Menschen in der Prostitution benötigen etwas ganz anderes: Rechtssicherheit, Sicherheit darüber, daß sie in Deutschland leben und arbeiten dürfen. Ob in der Prostitution oder nicht entscheiden sie selber.
Auch die Diskussion darüber, ob hauptsächlich Migrantinnen in der Prostitution arbeiten, ist hier fehl am Platz. Oftmals kommen die Frauen aus dem EU-Ausland. Sie dürfen und sie wollen hier leben.
Doch Politik und Gesellschaft hätte sie gerne nicht hier, zumindest nicht als Sexarbeiterinnen. Gerne als Putzfrauen oder Au-Pair, als Kellnerinnen oder in anderen schlecht bezahlten Jobs. Aber als Prostituierte? Wo sie ihr eigenes Geld verdienen und selber ihr Leben gestalten? Das wird nicht gerne gesehen.
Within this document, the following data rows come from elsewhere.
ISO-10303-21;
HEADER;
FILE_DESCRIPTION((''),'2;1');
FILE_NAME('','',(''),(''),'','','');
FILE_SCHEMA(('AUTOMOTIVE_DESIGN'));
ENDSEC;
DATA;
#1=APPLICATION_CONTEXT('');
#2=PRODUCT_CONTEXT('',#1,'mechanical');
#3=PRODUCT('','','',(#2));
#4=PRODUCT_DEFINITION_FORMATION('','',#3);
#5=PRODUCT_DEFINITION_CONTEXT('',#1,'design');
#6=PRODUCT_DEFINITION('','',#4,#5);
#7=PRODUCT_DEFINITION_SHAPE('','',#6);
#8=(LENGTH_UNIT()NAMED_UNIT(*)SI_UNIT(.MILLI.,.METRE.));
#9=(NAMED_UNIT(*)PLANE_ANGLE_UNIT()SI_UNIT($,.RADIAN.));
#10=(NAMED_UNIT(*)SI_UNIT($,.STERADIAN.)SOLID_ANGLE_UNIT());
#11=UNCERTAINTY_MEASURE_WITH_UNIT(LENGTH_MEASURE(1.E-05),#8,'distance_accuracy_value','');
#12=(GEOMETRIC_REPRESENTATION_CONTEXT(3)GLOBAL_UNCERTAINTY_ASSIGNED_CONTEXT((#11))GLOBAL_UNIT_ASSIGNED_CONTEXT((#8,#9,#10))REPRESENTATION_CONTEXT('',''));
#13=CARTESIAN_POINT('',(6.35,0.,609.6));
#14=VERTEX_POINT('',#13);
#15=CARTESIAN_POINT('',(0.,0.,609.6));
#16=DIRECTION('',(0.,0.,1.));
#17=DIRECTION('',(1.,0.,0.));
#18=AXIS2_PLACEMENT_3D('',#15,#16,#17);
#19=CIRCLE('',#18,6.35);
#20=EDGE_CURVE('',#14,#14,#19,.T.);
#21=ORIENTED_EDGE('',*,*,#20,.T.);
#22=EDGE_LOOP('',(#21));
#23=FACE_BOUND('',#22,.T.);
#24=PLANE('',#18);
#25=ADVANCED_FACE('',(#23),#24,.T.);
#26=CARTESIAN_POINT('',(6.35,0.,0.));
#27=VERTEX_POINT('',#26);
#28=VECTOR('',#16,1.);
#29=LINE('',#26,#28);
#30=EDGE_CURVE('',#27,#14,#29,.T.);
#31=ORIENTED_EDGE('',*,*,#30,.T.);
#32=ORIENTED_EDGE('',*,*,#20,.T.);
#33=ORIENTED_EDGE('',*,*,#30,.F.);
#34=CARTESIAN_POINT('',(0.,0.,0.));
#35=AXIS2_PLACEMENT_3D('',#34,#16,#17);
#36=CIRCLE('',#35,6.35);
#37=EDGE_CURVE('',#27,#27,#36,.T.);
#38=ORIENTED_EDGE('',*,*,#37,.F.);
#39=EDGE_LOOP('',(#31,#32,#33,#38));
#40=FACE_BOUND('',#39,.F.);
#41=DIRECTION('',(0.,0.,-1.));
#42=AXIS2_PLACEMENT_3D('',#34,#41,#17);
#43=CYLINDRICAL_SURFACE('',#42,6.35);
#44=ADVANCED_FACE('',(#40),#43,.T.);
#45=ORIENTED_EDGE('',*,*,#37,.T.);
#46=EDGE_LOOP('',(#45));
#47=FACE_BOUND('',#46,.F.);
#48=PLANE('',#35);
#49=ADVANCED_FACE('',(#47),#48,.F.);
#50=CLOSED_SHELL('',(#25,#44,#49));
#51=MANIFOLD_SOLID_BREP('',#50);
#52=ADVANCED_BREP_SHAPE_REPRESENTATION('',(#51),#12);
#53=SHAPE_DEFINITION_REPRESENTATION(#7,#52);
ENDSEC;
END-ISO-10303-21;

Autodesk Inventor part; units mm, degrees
ref_plane "YZ Plane" through (0, 0, 0) normal (1, 0, 0) x (0, 1, 0)
ref_plane "XZ Plane" through (0, 0, 0) normal (0, 1, 0) x (-1, 0, 0)
ref_plane "XY Plane" through (0, 0, 0) normal (0, 0, 1) x (1, 0, 0)
sketch "Sketch1" plane through (0, 0, 0) normal (0, 0, 1) x (1, 0, 0)
  circle A0 centre (0, 0) radius 6.35
  dimension "d0" = 12.7
extrude "Extrusion1" add sketch "Sketch1" along normal blind 609.6
properties part number "Unthreaded Rod"
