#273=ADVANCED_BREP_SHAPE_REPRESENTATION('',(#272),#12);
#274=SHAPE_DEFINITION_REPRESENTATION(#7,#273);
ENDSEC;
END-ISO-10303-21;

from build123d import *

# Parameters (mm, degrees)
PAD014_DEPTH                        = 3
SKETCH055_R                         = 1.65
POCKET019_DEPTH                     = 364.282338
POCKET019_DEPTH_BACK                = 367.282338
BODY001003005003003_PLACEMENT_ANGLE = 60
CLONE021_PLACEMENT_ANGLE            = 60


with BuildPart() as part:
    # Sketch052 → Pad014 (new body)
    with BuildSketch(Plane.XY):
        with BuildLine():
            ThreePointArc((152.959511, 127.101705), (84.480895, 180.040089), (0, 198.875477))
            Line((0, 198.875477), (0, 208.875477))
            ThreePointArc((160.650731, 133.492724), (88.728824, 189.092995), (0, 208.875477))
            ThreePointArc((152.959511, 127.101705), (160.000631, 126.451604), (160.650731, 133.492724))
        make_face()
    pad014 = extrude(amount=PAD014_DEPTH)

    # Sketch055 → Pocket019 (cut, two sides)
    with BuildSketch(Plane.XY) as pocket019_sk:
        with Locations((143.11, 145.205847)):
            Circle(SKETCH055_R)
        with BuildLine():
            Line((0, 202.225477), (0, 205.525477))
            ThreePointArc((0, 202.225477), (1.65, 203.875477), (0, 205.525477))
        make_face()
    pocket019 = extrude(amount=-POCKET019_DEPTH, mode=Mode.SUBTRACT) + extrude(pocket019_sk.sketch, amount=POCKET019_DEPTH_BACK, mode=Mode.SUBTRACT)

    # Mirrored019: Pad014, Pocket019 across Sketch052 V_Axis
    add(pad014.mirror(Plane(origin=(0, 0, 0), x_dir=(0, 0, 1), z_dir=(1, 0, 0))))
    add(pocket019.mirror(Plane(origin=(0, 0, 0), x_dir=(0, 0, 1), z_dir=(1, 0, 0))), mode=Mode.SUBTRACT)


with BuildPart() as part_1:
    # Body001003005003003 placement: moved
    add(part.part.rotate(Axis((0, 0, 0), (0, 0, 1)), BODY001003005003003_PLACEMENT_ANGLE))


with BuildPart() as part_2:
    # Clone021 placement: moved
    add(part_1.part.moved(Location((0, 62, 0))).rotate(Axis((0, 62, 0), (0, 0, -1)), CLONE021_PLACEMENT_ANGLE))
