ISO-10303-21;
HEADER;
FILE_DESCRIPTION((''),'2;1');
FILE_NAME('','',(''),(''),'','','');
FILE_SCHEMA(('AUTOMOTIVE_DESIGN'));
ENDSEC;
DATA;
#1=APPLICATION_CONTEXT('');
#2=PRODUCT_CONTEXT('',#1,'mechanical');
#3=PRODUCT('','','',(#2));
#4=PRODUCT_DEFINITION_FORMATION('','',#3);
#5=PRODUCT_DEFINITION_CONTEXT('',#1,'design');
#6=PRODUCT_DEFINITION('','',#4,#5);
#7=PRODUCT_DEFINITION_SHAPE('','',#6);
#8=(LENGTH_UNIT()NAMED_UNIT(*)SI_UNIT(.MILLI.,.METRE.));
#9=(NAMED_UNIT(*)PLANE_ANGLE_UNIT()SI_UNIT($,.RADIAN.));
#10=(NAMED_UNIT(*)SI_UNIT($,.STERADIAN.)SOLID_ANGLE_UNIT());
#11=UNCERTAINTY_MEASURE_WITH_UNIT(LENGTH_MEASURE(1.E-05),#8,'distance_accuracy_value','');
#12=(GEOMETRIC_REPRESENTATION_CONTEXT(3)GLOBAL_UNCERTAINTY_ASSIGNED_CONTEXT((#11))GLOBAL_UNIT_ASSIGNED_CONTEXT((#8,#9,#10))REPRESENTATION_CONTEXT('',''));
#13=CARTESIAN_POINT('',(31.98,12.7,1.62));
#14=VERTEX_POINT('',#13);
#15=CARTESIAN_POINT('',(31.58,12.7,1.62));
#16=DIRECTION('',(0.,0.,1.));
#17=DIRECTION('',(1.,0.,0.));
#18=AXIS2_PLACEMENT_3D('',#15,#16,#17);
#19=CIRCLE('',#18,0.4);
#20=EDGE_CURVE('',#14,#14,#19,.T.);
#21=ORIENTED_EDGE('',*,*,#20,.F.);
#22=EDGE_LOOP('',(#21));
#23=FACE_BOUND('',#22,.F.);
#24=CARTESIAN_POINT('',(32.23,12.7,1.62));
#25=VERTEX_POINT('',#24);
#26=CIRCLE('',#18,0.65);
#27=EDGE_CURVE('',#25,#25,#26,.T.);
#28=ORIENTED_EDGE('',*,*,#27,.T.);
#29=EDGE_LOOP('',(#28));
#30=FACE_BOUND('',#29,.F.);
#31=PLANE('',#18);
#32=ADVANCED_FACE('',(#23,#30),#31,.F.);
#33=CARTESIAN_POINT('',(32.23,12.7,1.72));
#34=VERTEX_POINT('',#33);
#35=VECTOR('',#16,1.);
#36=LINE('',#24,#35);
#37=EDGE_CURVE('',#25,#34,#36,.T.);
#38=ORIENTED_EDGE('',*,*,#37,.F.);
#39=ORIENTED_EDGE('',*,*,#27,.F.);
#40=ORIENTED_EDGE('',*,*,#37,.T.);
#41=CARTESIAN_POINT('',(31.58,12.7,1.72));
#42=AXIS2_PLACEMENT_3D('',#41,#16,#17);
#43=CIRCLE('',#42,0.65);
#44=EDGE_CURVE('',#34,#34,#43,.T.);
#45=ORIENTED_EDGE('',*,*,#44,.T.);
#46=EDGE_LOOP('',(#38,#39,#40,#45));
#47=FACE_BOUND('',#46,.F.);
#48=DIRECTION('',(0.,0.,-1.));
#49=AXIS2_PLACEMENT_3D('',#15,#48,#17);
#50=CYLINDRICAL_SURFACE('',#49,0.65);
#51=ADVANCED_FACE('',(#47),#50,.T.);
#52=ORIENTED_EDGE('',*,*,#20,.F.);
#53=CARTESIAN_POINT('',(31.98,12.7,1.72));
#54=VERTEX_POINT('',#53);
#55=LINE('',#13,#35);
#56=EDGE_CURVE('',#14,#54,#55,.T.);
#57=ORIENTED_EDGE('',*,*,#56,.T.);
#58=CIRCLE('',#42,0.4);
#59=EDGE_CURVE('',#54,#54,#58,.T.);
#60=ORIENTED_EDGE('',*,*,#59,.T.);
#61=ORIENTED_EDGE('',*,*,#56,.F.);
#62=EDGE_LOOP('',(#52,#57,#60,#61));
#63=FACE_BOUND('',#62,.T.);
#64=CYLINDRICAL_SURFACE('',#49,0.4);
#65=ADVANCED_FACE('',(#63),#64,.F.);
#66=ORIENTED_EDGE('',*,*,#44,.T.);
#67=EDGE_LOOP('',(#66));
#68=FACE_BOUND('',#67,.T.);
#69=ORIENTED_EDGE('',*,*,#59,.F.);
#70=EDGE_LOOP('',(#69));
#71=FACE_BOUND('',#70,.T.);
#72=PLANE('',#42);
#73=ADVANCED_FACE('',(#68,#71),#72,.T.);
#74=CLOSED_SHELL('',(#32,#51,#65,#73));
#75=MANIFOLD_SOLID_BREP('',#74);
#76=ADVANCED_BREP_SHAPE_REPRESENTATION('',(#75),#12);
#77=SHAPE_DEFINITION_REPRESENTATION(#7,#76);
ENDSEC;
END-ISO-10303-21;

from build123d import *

# Parameters (mm, degrees)
CYLINDER007_R     = 0.4
CYLINDER007_DEPTH = 0.1
CYLINDER006_R     = 0.65
CYLINDER006_DEPTH = 0.1


with BuildPart() as cylinder007:
    # Cylinder007 → Cylinder007 (new body)
    with BuildSketch(Plane.XY.offset(1.62)):
        Circle(CYLINDER007_R)
    extrude(amount=CYLINDER007_DEPTH)


with BuildPart() as cut017:
    # Cylinder006 → Cylinder006 (new body)
    with BuildSketch(Plane.XY.offset(1.62)):
        Circle(CYLINDER006_R)
    extrude(amount=CYLINDER006_DEPTH)

    # Cut017: cut Cylinder007
    add(cylinder007.part, mode=Mode.SUBTRACT)


with BuildPart() as cut017_1:
    # Cut017 placement: moved
    add(cut017.part.moved(Location((31.58, 12.7, 0))))


solid = cut017_1.part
Viele Themen kommen hier zusammen: Moral, Ethik, Sexualität, Gesellschaft, die Frauenfrage und Vieles andere, was sich kaum aufzählen lässt.
Die Satzung unseres Dachverbands bufas gibt vor:
Sexarbeiterinnen und Sexarbeiter verdienen Respekt und die Anerkennung ihrer Menschenrechte.
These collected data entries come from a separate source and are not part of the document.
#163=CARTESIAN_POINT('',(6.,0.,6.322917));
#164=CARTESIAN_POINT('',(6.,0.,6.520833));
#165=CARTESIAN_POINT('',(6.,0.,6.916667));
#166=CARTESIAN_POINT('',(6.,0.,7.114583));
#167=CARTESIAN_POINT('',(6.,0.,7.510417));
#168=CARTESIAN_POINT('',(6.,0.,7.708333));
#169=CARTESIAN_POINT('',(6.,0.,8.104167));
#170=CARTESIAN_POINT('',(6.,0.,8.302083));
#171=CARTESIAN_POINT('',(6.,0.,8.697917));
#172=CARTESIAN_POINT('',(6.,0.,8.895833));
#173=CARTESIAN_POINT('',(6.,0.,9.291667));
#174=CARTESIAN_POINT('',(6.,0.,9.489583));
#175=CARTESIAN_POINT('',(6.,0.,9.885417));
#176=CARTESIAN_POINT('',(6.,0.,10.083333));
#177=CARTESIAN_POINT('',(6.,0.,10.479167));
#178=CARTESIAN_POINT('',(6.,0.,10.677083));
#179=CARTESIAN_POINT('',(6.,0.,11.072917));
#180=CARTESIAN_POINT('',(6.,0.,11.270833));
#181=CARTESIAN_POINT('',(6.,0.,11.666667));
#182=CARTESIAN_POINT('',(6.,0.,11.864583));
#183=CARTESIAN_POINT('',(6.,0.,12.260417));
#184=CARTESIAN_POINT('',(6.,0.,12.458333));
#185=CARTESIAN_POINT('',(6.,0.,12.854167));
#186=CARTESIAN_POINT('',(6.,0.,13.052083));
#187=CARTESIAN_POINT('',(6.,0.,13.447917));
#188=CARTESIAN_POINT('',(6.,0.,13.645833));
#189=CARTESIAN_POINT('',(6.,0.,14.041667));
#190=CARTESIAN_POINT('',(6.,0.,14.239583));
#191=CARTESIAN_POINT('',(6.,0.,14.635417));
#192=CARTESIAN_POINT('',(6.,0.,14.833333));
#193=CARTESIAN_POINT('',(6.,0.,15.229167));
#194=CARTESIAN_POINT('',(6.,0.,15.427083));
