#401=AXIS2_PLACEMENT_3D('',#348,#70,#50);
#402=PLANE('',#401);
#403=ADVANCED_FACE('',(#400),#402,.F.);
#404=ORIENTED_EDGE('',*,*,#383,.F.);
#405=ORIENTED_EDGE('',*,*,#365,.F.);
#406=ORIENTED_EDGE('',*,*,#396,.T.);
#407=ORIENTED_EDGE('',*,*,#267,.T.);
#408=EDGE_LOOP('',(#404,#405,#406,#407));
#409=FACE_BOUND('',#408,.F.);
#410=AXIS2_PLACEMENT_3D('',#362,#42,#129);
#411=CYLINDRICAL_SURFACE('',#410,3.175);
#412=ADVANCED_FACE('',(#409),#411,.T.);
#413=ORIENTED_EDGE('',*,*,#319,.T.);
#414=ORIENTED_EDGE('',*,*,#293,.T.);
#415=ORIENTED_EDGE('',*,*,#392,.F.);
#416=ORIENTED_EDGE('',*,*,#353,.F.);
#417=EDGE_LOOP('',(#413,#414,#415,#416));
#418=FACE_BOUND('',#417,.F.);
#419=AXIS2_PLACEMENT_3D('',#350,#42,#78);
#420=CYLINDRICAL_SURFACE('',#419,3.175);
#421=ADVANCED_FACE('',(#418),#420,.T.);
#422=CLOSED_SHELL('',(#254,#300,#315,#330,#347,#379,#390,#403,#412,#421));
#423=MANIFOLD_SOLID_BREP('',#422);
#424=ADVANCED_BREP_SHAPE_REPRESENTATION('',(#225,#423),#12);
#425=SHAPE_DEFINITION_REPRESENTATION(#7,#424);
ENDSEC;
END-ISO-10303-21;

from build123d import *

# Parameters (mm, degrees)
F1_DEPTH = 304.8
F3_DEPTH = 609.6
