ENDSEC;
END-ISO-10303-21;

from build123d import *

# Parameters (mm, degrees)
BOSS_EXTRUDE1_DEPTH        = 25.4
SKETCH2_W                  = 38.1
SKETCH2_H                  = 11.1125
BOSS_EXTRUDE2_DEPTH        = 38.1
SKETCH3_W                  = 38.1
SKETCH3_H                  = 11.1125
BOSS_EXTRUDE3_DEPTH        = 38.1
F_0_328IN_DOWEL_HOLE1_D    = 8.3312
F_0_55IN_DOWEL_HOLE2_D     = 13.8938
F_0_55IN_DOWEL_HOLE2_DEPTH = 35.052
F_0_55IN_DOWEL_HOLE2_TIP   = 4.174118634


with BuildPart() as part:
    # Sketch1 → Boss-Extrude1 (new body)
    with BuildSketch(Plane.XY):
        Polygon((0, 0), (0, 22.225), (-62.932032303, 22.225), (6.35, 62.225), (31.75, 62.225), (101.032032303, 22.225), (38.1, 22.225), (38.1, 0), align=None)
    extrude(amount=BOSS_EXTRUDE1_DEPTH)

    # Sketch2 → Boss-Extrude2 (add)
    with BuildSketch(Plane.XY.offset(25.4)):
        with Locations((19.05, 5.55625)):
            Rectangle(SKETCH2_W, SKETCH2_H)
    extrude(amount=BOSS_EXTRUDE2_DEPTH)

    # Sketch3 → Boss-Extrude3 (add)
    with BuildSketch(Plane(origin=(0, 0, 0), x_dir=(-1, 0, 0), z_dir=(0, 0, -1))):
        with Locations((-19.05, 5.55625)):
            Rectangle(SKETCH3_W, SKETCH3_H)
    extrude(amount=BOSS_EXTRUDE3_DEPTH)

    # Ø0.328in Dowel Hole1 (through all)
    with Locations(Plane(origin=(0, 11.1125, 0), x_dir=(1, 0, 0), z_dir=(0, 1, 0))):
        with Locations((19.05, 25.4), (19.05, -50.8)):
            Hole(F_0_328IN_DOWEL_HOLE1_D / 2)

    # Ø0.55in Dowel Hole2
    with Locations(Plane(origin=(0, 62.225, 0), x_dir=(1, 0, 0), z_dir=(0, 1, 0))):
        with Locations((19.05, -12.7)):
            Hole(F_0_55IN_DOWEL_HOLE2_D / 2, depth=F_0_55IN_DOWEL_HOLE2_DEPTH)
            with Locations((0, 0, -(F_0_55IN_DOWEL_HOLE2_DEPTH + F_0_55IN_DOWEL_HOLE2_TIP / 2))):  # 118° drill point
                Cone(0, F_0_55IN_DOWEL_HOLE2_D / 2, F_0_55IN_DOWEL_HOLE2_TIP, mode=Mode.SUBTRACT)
Das ist es, was uns als Beratungsstellen eint.
In unserer Beratungsarbeit geht es nicht darum, Menschen zu retten, weil wir ein bestimmtes Bild von Leben haben.
Es geht darum, Menschen zu unterstützen, weil sie ihr Bild von ihrem Leben umsetzen wollen.
Oft geschieht dies aus ökonomischen Gründen, doch darüber sollten wir uns bewusst sein, wenn wir in einem Gebilde wie der EU leben. Hier gibt es sehr große Unterschiede zwischen reich und arm. Und natürlich kommen Menschen aus anderen Ländern, um Geld zu verdienen. Sie wollen für sich und ihre Angehörigen ein besseres Leben. Dieses Recht haben sie und darin unterstützen wir sie.
Daher freue ich mich, daß auch hier in Münster eine Beratungsstelle entstanden ist.
Sicherlich gibt es unterschiedliche Ansätze in der Beratungsarbeit, da wir auch unterschiedliche Träger haben – manchmal kirchlich, manchmal freie Träger. Doch uns verbinden unsere Ziele: die dauerhafte Verbesserung der Arbeits- und Lebensbedingungen von Sexarbeiterinnen, die rechtliche und soziale Gleichstellung von ihnen.
Damit genug der politischen Ziele.
Ich wünsche der Beratungsstelle im Namen des bufas, unserer Dachorganisation, als auch im Namen der Beratungsstelle Madonna, den Mitarbeiterinnen und allen Mitstreiterinnen, dass wir gemeinsam miteinander arbeiten und ganz besonders, dass wir immer darauf hören, was diejenigen wollen, die zu uns kommen.
Dies ist ein hehres Ziel der sozialen Arbeit, welches wir nicht vergessen sollten.
Ich wünsche allen einen schönen Tag und Tamar einen guten Start.